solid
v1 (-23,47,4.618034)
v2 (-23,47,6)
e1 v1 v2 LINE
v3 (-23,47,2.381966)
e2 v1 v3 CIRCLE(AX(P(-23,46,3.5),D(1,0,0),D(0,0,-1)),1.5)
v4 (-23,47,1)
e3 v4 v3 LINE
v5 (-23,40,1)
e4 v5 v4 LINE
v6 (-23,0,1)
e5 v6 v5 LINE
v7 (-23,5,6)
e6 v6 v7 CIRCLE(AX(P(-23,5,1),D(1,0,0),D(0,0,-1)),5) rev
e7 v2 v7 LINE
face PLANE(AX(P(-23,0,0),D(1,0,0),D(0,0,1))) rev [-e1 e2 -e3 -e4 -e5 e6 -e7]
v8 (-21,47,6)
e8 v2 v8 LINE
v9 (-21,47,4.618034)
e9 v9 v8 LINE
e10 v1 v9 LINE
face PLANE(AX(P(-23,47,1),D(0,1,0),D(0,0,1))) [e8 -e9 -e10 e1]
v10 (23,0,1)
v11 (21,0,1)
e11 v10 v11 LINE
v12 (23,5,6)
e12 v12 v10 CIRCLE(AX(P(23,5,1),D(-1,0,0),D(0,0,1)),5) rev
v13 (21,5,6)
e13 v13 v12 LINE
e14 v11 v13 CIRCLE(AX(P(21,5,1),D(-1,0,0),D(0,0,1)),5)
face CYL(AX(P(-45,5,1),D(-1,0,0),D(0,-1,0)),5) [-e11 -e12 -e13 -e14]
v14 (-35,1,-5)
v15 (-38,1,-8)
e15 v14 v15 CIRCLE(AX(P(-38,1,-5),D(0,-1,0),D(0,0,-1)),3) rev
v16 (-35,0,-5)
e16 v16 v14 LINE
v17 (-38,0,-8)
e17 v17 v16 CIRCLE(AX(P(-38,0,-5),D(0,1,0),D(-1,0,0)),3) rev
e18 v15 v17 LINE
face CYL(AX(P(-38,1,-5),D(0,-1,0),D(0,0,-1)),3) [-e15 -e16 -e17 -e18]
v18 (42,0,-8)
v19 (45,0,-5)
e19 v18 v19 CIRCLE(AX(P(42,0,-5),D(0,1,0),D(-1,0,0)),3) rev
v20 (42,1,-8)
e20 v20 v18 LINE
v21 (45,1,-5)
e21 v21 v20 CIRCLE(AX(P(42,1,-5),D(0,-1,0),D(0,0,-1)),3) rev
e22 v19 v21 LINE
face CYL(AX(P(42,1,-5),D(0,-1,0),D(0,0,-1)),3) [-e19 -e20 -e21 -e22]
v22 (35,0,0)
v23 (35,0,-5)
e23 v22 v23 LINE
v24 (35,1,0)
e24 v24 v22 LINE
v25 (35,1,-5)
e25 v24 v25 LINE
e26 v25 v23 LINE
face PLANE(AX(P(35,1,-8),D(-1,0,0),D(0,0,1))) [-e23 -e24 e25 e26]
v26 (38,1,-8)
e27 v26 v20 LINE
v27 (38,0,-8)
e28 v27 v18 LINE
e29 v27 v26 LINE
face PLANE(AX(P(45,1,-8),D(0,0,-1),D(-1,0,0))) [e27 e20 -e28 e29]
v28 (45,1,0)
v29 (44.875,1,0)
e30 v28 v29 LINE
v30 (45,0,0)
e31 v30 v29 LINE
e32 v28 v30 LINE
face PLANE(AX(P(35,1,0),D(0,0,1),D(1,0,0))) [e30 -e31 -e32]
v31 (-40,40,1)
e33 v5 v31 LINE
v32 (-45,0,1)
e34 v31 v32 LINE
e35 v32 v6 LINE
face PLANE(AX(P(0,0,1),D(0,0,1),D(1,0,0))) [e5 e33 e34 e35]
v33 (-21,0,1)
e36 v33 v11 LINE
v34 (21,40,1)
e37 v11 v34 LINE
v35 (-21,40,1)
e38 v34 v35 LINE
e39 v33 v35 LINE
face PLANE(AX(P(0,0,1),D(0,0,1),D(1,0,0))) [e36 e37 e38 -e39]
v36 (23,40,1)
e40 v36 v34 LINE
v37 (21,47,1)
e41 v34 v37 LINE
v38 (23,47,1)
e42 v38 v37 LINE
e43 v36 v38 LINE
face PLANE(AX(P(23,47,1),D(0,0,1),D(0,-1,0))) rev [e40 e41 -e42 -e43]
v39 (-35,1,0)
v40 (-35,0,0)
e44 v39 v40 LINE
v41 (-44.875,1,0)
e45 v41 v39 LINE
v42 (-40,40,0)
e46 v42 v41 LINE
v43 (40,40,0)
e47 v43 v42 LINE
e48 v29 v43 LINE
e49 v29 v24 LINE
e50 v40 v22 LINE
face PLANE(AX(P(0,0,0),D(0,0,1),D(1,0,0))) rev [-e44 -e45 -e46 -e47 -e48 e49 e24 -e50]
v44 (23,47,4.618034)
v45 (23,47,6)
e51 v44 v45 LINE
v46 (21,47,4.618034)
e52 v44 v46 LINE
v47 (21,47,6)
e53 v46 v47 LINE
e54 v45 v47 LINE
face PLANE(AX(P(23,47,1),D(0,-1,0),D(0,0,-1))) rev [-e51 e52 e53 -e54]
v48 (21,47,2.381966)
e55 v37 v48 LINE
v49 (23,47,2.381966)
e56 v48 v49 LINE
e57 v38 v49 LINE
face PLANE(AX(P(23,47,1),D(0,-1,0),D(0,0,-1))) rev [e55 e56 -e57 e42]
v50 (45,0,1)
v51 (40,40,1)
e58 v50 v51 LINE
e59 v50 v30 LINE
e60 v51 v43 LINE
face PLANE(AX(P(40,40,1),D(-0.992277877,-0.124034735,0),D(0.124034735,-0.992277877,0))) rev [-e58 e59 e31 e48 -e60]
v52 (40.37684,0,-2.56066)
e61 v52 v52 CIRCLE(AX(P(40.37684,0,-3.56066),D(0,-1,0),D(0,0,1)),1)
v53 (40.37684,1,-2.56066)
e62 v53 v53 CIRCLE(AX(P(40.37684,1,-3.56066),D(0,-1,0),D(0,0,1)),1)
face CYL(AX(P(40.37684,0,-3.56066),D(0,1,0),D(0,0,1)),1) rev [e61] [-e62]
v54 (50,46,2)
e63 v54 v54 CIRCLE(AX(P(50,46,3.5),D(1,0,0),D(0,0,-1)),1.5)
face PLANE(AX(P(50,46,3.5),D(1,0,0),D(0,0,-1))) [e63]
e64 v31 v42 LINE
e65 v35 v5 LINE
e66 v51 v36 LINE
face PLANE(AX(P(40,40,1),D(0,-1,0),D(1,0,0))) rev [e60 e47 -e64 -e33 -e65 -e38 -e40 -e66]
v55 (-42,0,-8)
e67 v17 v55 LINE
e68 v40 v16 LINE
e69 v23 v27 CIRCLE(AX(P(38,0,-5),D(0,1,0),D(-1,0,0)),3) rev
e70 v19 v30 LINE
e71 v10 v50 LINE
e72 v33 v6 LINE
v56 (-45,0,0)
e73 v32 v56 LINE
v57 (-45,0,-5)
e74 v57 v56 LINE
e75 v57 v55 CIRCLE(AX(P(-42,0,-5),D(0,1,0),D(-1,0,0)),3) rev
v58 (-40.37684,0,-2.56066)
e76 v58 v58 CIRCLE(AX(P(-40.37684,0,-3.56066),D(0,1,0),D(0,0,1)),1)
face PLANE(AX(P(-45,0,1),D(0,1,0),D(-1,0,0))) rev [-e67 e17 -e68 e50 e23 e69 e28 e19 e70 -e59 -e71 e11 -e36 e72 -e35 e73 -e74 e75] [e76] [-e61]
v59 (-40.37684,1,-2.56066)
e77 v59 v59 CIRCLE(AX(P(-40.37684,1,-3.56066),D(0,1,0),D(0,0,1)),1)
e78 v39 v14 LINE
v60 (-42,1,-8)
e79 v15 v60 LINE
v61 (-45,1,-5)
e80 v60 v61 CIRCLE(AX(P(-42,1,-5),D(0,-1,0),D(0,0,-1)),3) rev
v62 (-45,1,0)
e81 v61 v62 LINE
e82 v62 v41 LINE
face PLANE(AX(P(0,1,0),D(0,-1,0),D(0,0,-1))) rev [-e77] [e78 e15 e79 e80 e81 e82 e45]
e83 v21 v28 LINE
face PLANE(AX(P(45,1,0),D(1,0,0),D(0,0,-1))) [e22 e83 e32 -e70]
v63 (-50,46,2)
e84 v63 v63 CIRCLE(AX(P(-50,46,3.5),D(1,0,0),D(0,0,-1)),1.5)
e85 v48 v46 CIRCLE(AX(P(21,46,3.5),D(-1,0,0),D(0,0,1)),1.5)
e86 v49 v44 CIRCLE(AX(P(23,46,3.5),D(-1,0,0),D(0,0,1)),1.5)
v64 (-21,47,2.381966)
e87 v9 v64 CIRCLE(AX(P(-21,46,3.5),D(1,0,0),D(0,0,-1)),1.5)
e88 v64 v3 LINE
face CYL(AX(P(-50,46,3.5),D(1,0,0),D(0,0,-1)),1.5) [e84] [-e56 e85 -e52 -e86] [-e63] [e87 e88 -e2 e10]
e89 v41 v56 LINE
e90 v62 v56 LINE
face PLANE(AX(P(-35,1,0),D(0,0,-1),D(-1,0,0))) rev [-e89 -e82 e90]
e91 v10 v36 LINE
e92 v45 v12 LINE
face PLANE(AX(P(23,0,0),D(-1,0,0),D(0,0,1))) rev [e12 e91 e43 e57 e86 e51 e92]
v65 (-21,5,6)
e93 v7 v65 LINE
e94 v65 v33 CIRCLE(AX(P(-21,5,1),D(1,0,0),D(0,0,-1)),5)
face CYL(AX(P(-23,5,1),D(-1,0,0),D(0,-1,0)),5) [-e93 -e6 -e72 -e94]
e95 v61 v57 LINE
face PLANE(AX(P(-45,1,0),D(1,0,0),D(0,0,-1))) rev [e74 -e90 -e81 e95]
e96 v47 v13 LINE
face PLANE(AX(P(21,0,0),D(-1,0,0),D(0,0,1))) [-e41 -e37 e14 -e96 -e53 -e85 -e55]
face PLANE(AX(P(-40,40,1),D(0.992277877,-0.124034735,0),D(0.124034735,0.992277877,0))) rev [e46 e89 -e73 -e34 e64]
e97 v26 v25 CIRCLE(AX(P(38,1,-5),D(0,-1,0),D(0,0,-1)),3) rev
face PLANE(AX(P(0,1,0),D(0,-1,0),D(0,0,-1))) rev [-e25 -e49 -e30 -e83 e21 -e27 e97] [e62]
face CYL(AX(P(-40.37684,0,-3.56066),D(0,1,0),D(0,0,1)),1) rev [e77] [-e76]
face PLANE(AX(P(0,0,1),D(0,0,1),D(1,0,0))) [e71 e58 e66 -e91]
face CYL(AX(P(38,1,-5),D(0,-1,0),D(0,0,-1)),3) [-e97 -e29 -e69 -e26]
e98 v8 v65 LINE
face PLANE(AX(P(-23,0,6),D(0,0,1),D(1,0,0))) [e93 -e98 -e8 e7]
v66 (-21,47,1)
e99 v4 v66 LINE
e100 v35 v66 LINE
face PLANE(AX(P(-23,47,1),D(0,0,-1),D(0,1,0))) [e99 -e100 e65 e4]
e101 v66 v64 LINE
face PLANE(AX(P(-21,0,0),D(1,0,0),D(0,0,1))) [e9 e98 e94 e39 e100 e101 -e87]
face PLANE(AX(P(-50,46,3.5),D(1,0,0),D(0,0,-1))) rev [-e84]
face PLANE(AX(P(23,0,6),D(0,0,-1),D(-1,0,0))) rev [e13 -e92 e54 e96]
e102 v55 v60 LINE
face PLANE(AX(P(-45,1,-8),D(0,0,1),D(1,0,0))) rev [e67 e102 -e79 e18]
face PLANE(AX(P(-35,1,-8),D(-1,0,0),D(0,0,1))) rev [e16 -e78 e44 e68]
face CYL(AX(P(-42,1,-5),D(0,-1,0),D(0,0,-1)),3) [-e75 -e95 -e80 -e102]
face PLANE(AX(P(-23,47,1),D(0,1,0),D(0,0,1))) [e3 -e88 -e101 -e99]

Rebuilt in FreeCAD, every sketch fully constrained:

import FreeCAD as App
import Part
import Sketcher
Q = App.Units.Quantity


def edges_at(feature, points):
    """Names of the edges that pass closest to the given points."""
    edges = feature.Shape.Edges
    near = lambda p: min(range(len(edges)), key=lambda i: edges[i].distToShape(Part.Vertex(*p))[0])
    return sorted({f"Edge{near(p) + 1}" for p in points})


def add_polygon(sketch, points):
    """Adds a closed chain of lines whose ends are joined by coincident constraints."""
    first, n = sketch.GeometryCount, len(points)
    for a, b in zip(points, points[1:] + points[:1]):
        sketch.addGeometry(Part.LineSegment(App.Vector(*a, 0), App.Vector(*b, 0)), False)
    for i in range(n):
        sketch.addConstraint(Sketcher.Constraint("Coincident", first + i, 2, first + (i + 1) % n, 1))

doc = App.newDocument("Part")
body = doc.addObject("PartDesign::Body", "Body")

# Sketch on XY plane
sketch1 = doc.addObject("Sketcher::SketchObject", "Sketch")
body.addObject(sketch1)
sketch1.AttachmentSupport = (doc.XY_Plane, [""])
sketch1.MapMode = "FlatFace"
add_polygon(sketch1, [(-45, 0), (45, 0), (40, 40), (-40, 40)])  # lines 0-3
sketch1.addConstraint([
    Sketcher.Constraint("Horizontal", 0),
    Sketcher.Constraint("Horizontal", 2),
    Sketcher.Constraint("Symmetric", 0, 2, 3, 2, -1, 1),
    Sketcher.Constraint("Equal", 1, 3),
    Sketcher.Constraint("DistanceX", 0, 1, 0, 2, Q("90 mm")),
    Sketcher.Constraint("DistanceX", 2, 2, 2, 1, Q("80 mm")),
    Sketcher.Constraint("DistanceY", -1, 1, 1, 2, Q("40 mm")),
])
pad1 = doc.addObject("PartDesign::Pad", "Pad")
body.addObject(pad1)
pad1.Profile = sketch1
pad1.Length = 1
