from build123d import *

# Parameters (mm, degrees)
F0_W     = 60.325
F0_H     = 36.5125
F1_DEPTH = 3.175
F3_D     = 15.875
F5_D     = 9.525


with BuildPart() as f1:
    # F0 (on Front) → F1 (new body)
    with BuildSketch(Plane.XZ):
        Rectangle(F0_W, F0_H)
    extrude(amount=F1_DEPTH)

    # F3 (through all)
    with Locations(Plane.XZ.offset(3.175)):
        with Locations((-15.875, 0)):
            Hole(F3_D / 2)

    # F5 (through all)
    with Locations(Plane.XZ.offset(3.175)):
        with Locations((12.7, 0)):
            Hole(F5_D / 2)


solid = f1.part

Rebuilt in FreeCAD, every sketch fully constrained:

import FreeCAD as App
import Part
import Sketcher
Q = App.Units.Quantity

doc = App.newDocument("Part")
body = doc.addObject("PartDesign::Body", "Body")

sketch1 = doc.addObject("Sketcher::SketchObject", "Sketch")
body.addObject(sketch1)
sketch1.AttachmentSupport = (doc.XZ_Plane, [""])
sketch1.MapMode = "FlatFace"
sketch1.addGeometry([
    Part.LineSegment(App.Vector(-30.1625, 18.25625, 0), App.Vector(-30.1625, -18.25625, 0)),
    Part.LineSegment(App.Vector(-30.1625, -18.25625, 0), App.Vector(30.1625, -18.25625, 0)),
    Part.LineSegment(App.Vector(30.1625, -18.25625, 0), App.Vector(30.1625, 18.25625, 0)),
    Part.LineSegment(App.Vector(30.1625, 18.25625, 0), App.Vector(-30.1625, 18.25625, 0)),
], False)
sketch1.addConstraint([
    Sketcher.Constraint("Coincident", 0, 2, 1, 1),
    Sketcher.Constraint("Coincident", 1, 2, 2, 1),
    Sketcher.Constraint("Coincident", 2, 2, 3, 1),
    Sketcher.Constraint("Coincident", 3, 2, 0, 1),
    Sketcher.Constraint("Vertical", 0),
    Sketcher.Constraint("Horizontal", 1),
    Sketcher.Constraint("Vertical", 2),
    Sketcher.Constraint("Horizontal", 3),
    Sketcher.Constraint("Symmetric", 0, 2, 2, 2, -1, 1),
    Sketcher.Constraint("DistanceX", 1, 1, 1, 2, Q("2.375 in")),
    Sketcher.Constraint("DistanceY", 0, 2, 0, 1, Q("1.4375 in")),
])
pad1 = doc.addObject("PartDesign::Pad", "Pad")
body.addObject(pad1)
pad1.Profile = sketch1
pad1.Length = Q("0.125 in")

sketch2 = doc.addObject("Sketcher::SketchObject", "Sketch001")
body.addObject(sketch2)
sketch2.AttachmentSupport = (doc.XZ_Plane, [""])
sketch2.MapMode = "FlatFace"
sketch2.AttachmentOffset = App.Placement(App.Vector(0, 0, 0.125 * 25.4), App.Rotation())
sketch2.addGeometry(Part.Circle(App.Vector(-15.875, 0, 0), App.Vector(0, 0, 1), 7.9375), False)
sketch2.addConstraint([
    Sketcher.Constraint("PointOnObject", 0, 3, -1),
    Sketcher.Constraint("Diameter", 0, Q("0.625 in")),
    Sketcher.Constraint("DistanceX", 0, 3, -1, 1, Q("0.625 in")),
])
doc.recompute()
hole = doc.addObject("PartDesign::Hole", "Hole")
body.addObject(hole)
hole.Profile = sketch2
hole.ThreadType = "None"
hole.Diameter = Q("0.625 in")
hole.DepthType = "ThroughAll"

sketch3 = doc.addObject("Sketcher::SketchObject", "Sketch002")
body.addObject(sketch3)
sketch3.AttachmentSupport = (doc.XZ_Plane, [""])
sketch3.MapMode = "FlatFace"
sketch3.AttachmentOffset = App.Placement(App.Vector(0, 0, 0.125 * 25.4), App.Rotation())
sketch3.addGeometry(Part.Circle(App.Vector(12.7, 0, 0), App.Vector(0, 0, 1), 4.7625), False)
sketch3.addConstraint([
    Sketcher.Constraint("PointOnObject", 0, 3, -1),
    Sketcher.Constraint("Diameter", 0, Q("0.375 in")),
    Sketcher.Constraint("DistanceX", -1, 1, 0, 3, Q("0.5 in")),
])
doc.recompute()
hole2 = doc.addObject("PartDesign::Hole", "Hole001")
body.addObject(hole2)
hole2.Profile = sketch3
hole2.ThreadType = "None"
hole2.Diameter = Q("0.375 in")
hole2.DepthType = "ThroughAll"

doc.recompute()
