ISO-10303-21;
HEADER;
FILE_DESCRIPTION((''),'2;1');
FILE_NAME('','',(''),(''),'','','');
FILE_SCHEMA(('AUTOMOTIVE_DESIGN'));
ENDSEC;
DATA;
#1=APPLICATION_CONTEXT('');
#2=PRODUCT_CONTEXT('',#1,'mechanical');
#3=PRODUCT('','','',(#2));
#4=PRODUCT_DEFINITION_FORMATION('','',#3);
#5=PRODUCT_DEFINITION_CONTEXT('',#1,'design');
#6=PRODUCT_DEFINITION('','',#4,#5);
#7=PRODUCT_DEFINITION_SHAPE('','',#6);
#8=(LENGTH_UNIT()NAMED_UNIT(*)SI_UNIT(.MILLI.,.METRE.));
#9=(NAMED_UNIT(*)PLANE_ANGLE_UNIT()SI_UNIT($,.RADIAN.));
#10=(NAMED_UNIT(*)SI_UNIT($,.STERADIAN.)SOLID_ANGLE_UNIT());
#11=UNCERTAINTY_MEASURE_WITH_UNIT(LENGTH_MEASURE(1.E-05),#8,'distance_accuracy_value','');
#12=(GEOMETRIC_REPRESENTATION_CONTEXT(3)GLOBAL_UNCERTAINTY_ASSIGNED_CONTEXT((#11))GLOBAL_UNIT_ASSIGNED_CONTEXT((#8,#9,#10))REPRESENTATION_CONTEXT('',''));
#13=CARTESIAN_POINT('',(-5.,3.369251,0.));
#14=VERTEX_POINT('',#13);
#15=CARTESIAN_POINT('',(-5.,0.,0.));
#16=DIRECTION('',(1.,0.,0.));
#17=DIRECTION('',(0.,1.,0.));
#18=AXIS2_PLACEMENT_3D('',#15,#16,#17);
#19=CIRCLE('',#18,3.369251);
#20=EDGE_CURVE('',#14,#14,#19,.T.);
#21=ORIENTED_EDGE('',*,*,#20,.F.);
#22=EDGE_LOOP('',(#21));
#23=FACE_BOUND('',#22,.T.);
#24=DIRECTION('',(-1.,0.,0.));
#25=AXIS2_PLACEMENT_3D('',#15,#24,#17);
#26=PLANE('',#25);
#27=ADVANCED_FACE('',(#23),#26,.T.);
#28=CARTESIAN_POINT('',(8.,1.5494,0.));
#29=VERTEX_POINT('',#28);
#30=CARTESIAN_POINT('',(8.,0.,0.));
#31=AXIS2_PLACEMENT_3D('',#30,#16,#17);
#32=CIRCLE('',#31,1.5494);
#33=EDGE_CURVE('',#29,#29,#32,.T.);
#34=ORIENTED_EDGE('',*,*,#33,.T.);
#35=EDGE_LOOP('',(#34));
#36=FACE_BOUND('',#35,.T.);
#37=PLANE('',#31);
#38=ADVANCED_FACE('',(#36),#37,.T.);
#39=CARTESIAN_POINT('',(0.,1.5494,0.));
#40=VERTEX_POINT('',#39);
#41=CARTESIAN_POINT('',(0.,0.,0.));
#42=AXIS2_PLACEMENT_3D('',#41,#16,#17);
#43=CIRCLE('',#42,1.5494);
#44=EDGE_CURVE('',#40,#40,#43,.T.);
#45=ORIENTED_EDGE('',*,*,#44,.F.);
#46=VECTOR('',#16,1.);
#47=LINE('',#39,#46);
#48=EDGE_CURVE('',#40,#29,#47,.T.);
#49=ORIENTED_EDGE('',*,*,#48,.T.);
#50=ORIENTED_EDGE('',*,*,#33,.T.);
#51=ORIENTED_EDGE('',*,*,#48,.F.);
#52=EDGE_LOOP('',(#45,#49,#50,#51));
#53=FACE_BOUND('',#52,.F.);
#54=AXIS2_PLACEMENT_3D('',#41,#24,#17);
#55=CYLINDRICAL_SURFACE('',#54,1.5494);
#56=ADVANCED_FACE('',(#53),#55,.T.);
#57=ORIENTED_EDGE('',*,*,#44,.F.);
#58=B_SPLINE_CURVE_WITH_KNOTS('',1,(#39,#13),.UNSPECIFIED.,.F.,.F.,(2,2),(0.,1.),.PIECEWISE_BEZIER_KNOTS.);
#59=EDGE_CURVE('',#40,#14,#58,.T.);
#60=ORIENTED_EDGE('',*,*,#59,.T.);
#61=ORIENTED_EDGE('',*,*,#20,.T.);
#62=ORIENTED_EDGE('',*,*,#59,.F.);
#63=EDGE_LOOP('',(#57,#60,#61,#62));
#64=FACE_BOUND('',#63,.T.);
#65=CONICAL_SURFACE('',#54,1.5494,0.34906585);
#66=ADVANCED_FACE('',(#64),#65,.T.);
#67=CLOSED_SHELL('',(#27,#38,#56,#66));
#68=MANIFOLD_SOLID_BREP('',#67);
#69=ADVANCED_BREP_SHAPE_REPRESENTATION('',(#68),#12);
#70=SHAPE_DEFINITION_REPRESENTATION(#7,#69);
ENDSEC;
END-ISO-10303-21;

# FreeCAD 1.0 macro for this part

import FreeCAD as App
import Part
import Sketcher

V = App.Vector
Q = App.Units.Quantity

doc = App.newDocument("Part")
body = doc.addObject("PartDesign::Body", "Body")

# Sketch on YZ plane
sketch1 = body.newObject("Sketcher::SketchObject", "Sketch")
sketch1.AttachmentSupport = (doc.getObject("YZ_Plane"), [""])
sketch1.MapMode = "FlatFace"
sketch1.addGeometry(Part.Circle(V(0, 0, 0), V(0, 0, 1), 1.5), False)
sketch1.addConstraint([
    Sketcher.Constraint("Coincident", 0, 3, -1, 1),
    Sketcher.Constraint("Diameter", 0, Q("3.0988 mm")),
])
pad1 = body.newObject("PartDesign::Pad", "Pad")
pad1.Profile = sketch1
pad1.Length = 8

# Sketch on YZ plane
sketch2 = body.newObject("Sketcher::SketchObject", "Sketch001")
sketch2.AttachmentSupport = (doc.getObject("YZ_Plane"), [""])
sketch2.MapMode = "FlatFace"
sketch2.addGeometry(Part.Circle(V(0, 0, 0), V(0, 0, 1), 1.5), False)
sketch2.addConstraint([
    Sketcher.Constraint("Coincident", 0, 3, -1, 1),
    Sketcher.Constraint("Diameter", 0, Q("3.0988 mm")),
])
pad2 = body.newObject("PartDesign::Pad", "Pad001")
pad2.Profile = sketch2
pad2.Length = 5
pad2.Reversed = True
pad2.TaperAngle = 20

doc.recompute()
***
■ What the task requires
In the data above, find the line that contains "v23 (35,0,-5)", then reproduce exactly every line from the first line through that line.

■ Finished exercise
solid
v1 (-23,47,4.618034)
v2 (-23,47,6)
e1 v1 v2 LINE
v3 (-23,47,2.381966)
e2 v1 v3 CIRCLE(AX(P(-23,46,3.5),D(1,0,0),D(0,0,-1)),1.5)
v4 (-23,47,1)
e3 v4 v3 LINE
v5 (-23,40,1)
e4 v5 v4 LINE
v6 (-23,0,1)
e5 v6 v5 LINE
v7 (-23,5,6)
e6 v6 v7 CIRCLE(AX(P(-23,5,1),D(1,0,0),D(0,0,-1)),5) rev
e7 v2 v7 LINE
face PLANE(AX(P(-23,0,0),D(1,0,0),D(0,0,1))) rev [-e1 e2 -e3 -e4 -e5 e6 -e7]
v8 (-21,47,6)
e8 v2 v8 LINE
v9 (-21,47,4.618034)
e9 v9 v8 LINE
e10 v1 v9 LINE
face PLANE(AX(P(-23,47,1),D(0,1,0),D(0,0,1))) [e8 -e9 -e10 e1]
v10 (23,0,1)
v11 (21,0,1)
e11 v10 v11 LINE
v12 (23,5,6)
e12 v12 v10 CIRCLE(AX(P(23,5,1),D(-1,0,0),D(0,0,1)),5) rev
v13 (21,5,6)
e13 v13 v12 LINE
e14 v11 v13 CIRCLE(AX(P(21,5,1),D(-1,0,0),D(0,0,1)),5)
face CYL(AX(P(-45,5,1),D(-1,0,0),D(0,-1,0)),5) [-e11 -e12 -e13 -e14]
v14 (-35,1,-5)
v15 (-38,1,-8)
e15 v14 v15 CIRCLE(AX(P(-38,1,-5),D(0,-1,0),D(0,0,-1)),3) rev
v16 (-35,0,-5)
e16 v16 v14 LINE
v17 (-38,0,-8)
e17 v17 v16 CIRCLE(AX(P(-38,0,-5),D(0,1,0),D(-1,0,0)),3) rev
e18 v15 v17 LINE
face CYL(AX(P(-38,1,-5),D(0,-1,0),D(0,0,-1)),3) [-e15 -e16 -e17 -e18]
v18 (42,0,-8)
v19 (45,0,-5)
e19 v18 v19 CIRCLE(AX(P(42,0,-5),D(0,1,0),D(-1,0,0)),3) rev
v20 (42,1,-8)
e20 v20 v18 LINE
v21 (45,1,-5)
e21 v21 v20 CIRCLE(AX(P(42,1,-5),D(0,-1,0),D(0,0,-1)),3) rev
e22 v19 v21 LINE
face CYL(AX(P(42,1,-5),D(0,-1,0),D(0,0,-1)),3) [-e19 -e20 -e21 -e22]
v22 (35,0,0)
v23 (35,0,-5)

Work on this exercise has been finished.